# Prompt
Your reply should hold only the lines from the records below where "CONE" occurs.
══ Available data ══
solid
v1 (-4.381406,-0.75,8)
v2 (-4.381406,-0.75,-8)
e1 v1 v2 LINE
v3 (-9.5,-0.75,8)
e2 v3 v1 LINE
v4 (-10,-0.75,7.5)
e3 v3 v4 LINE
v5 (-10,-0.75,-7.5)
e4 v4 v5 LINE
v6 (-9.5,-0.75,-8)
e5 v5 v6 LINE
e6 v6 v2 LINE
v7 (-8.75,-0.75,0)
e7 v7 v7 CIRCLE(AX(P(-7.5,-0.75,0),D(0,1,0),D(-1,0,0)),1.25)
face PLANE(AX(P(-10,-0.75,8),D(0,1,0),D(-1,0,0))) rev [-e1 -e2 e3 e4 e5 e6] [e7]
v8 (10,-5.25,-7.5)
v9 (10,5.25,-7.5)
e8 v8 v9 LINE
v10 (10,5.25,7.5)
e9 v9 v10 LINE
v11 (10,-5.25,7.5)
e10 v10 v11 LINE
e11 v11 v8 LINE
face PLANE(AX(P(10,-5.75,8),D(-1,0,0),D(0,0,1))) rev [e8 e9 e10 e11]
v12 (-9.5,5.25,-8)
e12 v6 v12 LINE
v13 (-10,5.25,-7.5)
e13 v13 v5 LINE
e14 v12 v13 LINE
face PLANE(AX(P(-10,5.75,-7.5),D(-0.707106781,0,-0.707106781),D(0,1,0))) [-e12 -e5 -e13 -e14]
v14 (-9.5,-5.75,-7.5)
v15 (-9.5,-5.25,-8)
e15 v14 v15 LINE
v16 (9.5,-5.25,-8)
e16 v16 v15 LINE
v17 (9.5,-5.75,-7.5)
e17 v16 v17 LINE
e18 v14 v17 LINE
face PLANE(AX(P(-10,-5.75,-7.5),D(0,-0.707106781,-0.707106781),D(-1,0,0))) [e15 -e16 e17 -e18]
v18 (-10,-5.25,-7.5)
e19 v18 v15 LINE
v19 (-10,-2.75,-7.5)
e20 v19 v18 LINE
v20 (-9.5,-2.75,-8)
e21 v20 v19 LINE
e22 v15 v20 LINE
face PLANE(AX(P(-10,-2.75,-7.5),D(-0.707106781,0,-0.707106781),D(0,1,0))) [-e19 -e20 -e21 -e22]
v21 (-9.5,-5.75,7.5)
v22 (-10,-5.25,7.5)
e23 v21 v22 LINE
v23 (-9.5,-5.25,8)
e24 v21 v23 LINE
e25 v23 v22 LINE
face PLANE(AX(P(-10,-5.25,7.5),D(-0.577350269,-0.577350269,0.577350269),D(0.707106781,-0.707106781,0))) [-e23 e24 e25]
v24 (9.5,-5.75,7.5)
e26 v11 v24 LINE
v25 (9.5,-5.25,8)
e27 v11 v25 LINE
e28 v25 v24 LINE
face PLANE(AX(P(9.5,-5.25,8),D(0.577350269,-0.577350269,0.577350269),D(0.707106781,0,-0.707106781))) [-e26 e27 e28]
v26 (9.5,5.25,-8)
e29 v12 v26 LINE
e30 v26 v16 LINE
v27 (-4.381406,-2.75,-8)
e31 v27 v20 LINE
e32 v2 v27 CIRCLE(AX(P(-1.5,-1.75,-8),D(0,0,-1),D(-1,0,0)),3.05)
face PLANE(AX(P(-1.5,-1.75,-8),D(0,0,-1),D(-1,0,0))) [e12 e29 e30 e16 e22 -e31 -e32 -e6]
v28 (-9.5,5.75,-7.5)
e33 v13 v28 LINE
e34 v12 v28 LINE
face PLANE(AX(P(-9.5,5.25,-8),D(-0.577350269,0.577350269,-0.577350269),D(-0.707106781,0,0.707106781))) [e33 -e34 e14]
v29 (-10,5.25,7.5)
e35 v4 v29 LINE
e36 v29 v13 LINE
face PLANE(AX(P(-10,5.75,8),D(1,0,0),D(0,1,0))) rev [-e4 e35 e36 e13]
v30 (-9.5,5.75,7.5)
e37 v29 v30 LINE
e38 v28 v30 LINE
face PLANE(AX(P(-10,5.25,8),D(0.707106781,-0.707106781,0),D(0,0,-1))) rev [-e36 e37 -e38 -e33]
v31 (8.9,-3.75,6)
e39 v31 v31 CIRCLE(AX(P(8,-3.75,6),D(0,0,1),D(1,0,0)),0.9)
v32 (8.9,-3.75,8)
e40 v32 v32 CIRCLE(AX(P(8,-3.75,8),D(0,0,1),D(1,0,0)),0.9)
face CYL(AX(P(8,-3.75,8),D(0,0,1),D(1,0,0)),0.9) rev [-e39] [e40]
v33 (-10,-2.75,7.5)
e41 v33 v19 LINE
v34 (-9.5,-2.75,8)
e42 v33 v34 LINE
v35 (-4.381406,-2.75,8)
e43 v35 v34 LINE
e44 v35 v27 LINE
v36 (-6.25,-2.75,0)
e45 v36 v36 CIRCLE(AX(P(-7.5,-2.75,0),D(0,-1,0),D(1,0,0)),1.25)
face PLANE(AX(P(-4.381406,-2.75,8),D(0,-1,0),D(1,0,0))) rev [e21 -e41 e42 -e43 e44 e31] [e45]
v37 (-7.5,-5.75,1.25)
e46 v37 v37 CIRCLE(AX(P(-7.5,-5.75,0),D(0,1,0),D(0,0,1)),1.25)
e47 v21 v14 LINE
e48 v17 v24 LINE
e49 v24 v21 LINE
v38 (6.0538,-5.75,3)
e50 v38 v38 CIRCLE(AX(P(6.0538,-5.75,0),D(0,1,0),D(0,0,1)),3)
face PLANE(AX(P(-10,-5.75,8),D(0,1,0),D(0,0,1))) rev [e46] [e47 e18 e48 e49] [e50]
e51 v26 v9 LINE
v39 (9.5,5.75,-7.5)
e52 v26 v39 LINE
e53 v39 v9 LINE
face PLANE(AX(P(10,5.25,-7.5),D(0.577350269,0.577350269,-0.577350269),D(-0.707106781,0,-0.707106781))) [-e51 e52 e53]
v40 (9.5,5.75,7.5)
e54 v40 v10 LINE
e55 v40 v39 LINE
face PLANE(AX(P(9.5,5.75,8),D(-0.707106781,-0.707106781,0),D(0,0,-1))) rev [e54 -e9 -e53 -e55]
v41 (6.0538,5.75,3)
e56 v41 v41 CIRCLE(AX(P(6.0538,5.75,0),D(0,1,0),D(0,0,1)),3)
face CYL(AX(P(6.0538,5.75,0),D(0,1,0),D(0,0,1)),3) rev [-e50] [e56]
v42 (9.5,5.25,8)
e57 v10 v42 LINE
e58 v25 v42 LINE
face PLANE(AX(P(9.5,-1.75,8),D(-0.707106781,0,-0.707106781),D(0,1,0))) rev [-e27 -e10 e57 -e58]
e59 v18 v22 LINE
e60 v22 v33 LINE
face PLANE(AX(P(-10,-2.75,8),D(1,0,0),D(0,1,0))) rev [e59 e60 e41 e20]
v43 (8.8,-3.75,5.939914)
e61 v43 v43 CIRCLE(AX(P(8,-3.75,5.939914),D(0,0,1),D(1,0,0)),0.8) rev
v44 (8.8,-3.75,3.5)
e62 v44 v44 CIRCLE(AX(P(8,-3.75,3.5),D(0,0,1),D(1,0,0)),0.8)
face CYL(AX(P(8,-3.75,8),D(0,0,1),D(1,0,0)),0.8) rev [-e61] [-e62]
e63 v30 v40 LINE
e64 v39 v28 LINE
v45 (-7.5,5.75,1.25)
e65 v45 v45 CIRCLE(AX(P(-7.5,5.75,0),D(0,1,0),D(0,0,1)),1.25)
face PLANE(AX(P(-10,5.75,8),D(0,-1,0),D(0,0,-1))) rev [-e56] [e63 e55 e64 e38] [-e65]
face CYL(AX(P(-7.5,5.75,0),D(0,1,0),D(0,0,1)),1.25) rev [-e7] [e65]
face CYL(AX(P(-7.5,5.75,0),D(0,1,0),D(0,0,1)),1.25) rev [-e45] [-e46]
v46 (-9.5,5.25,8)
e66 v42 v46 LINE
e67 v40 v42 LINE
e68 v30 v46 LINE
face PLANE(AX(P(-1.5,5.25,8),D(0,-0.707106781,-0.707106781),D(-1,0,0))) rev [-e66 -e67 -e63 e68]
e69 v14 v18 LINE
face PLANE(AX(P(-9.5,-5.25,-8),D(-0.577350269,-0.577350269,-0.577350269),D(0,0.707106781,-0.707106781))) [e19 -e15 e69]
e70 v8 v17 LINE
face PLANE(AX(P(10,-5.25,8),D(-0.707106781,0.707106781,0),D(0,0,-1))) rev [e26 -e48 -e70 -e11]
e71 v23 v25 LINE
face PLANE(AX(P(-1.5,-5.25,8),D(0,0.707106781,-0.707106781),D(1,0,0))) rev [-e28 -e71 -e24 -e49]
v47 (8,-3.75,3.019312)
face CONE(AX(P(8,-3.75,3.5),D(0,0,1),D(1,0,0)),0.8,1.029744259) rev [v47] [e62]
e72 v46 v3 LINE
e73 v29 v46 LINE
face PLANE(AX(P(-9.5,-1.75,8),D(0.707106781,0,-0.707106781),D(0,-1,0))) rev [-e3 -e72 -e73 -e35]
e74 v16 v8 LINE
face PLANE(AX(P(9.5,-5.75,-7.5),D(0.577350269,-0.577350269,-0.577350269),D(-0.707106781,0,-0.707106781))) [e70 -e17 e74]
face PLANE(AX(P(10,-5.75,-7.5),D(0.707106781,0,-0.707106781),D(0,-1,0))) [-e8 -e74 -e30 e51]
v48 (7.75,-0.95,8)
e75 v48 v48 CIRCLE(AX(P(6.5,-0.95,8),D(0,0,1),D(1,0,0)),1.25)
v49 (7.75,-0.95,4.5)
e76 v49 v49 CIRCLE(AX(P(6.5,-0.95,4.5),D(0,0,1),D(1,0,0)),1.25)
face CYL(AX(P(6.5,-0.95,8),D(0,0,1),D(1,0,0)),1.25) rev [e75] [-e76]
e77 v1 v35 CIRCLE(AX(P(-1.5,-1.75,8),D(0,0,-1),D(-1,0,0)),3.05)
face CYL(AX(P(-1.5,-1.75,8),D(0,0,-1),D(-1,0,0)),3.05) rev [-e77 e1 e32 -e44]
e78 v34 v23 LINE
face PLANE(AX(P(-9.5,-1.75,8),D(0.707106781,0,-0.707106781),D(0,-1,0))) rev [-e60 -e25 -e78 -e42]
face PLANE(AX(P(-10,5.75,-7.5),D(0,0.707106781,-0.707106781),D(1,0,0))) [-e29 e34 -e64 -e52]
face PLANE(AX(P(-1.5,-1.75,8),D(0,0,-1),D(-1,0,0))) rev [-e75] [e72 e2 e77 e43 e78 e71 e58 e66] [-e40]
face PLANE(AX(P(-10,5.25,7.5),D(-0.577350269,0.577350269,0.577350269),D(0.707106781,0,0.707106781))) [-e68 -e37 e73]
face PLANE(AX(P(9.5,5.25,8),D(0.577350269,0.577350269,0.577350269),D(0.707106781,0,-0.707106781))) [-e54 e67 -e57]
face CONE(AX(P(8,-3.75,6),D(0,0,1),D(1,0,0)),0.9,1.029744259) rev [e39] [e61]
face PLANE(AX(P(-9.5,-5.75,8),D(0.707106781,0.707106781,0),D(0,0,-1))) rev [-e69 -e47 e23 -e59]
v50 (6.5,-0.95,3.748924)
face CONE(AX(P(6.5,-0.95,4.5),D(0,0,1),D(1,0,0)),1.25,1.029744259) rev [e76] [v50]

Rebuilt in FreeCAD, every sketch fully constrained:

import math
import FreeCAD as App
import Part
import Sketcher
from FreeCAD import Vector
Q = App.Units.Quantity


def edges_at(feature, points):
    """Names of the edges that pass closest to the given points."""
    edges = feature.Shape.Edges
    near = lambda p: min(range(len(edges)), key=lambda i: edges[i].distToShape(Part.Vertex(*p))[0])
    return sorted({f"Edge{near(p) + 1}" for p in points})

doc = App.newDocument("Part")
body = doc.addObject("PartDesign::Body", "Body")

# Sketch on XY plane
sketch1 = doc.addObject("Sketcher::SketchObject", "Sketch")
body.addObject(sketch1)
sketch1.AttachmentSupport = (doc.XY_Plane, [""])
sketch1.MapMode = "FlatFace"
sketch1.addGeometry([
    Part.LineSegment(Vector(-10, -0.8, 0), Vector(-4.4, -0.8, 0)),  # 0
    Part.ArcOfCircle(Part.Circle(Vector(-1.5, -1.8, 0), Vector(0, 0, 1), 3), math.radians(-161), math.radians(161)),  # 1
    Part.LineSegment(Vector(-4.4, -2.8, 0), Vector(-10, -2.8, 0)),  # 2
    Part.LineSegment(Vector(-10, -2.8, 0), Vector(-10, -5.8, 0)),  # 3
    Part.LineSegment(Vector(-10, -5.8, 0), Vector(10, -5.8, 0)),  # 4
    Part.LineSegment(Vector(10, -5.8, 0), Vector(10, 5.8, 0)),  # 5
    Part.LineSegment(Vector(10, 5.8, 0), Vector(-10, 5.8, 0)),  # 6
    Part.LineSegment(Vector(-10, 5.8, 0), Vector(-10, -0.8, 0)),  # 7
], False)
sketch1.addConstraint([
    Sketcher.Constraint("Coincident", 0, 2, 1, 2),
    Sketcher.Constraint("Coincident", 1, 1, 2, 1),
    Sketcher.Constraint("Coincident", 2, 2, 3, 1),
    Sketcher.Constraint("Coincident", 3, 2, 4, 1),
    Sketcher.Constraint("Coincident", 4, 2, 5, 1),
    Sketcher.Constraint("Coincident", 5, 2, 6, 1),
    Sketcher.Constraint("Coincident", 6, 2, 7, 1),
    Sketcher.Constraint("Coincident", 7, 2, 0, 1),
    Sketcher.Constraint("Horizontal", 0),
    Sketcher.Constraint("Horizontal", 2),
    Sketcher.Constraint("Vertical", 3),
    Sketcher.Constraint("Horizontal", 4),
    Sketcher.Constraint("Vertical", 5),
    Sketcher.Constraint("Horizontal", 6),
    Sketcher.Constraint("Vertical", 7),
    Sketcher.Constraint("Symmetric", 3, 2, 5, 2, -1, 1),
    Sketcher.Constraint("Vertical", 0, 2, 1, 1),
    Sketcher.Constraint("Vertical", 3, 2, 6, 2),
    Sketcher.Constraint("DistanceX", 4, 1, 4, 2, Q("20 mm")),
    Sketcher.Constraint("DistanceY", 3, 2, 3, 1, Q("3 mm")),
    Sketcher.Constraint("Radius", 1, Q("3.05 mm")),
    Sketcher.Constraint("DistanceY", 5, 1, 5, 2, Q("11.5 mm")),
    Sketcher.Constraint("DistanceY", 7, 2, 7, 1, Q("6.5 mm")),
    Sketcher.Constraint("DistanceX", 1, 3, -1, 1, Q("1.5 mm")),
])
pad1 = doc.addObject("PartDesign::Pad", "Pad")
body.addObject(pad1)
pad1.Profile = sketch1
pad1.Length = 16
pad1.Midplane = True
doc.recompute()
═══
# Exercise result
face CONE(AX(P(8,-3.75,3.5),D(0,0,1),D(1,0,0)),0.8,1.029744259) rev [v47] [e62]
face CONE(AX(P(8,-3.75,6),D(0,0,1),D(1,0,0)),0.9,1.029744259) rev [e39] [e61]
face CONE(AX(P(6.5,-0.95,4.5),D(0,0,1),D(1,0,0)),1.25,1.029744259) rev [e76] [v50]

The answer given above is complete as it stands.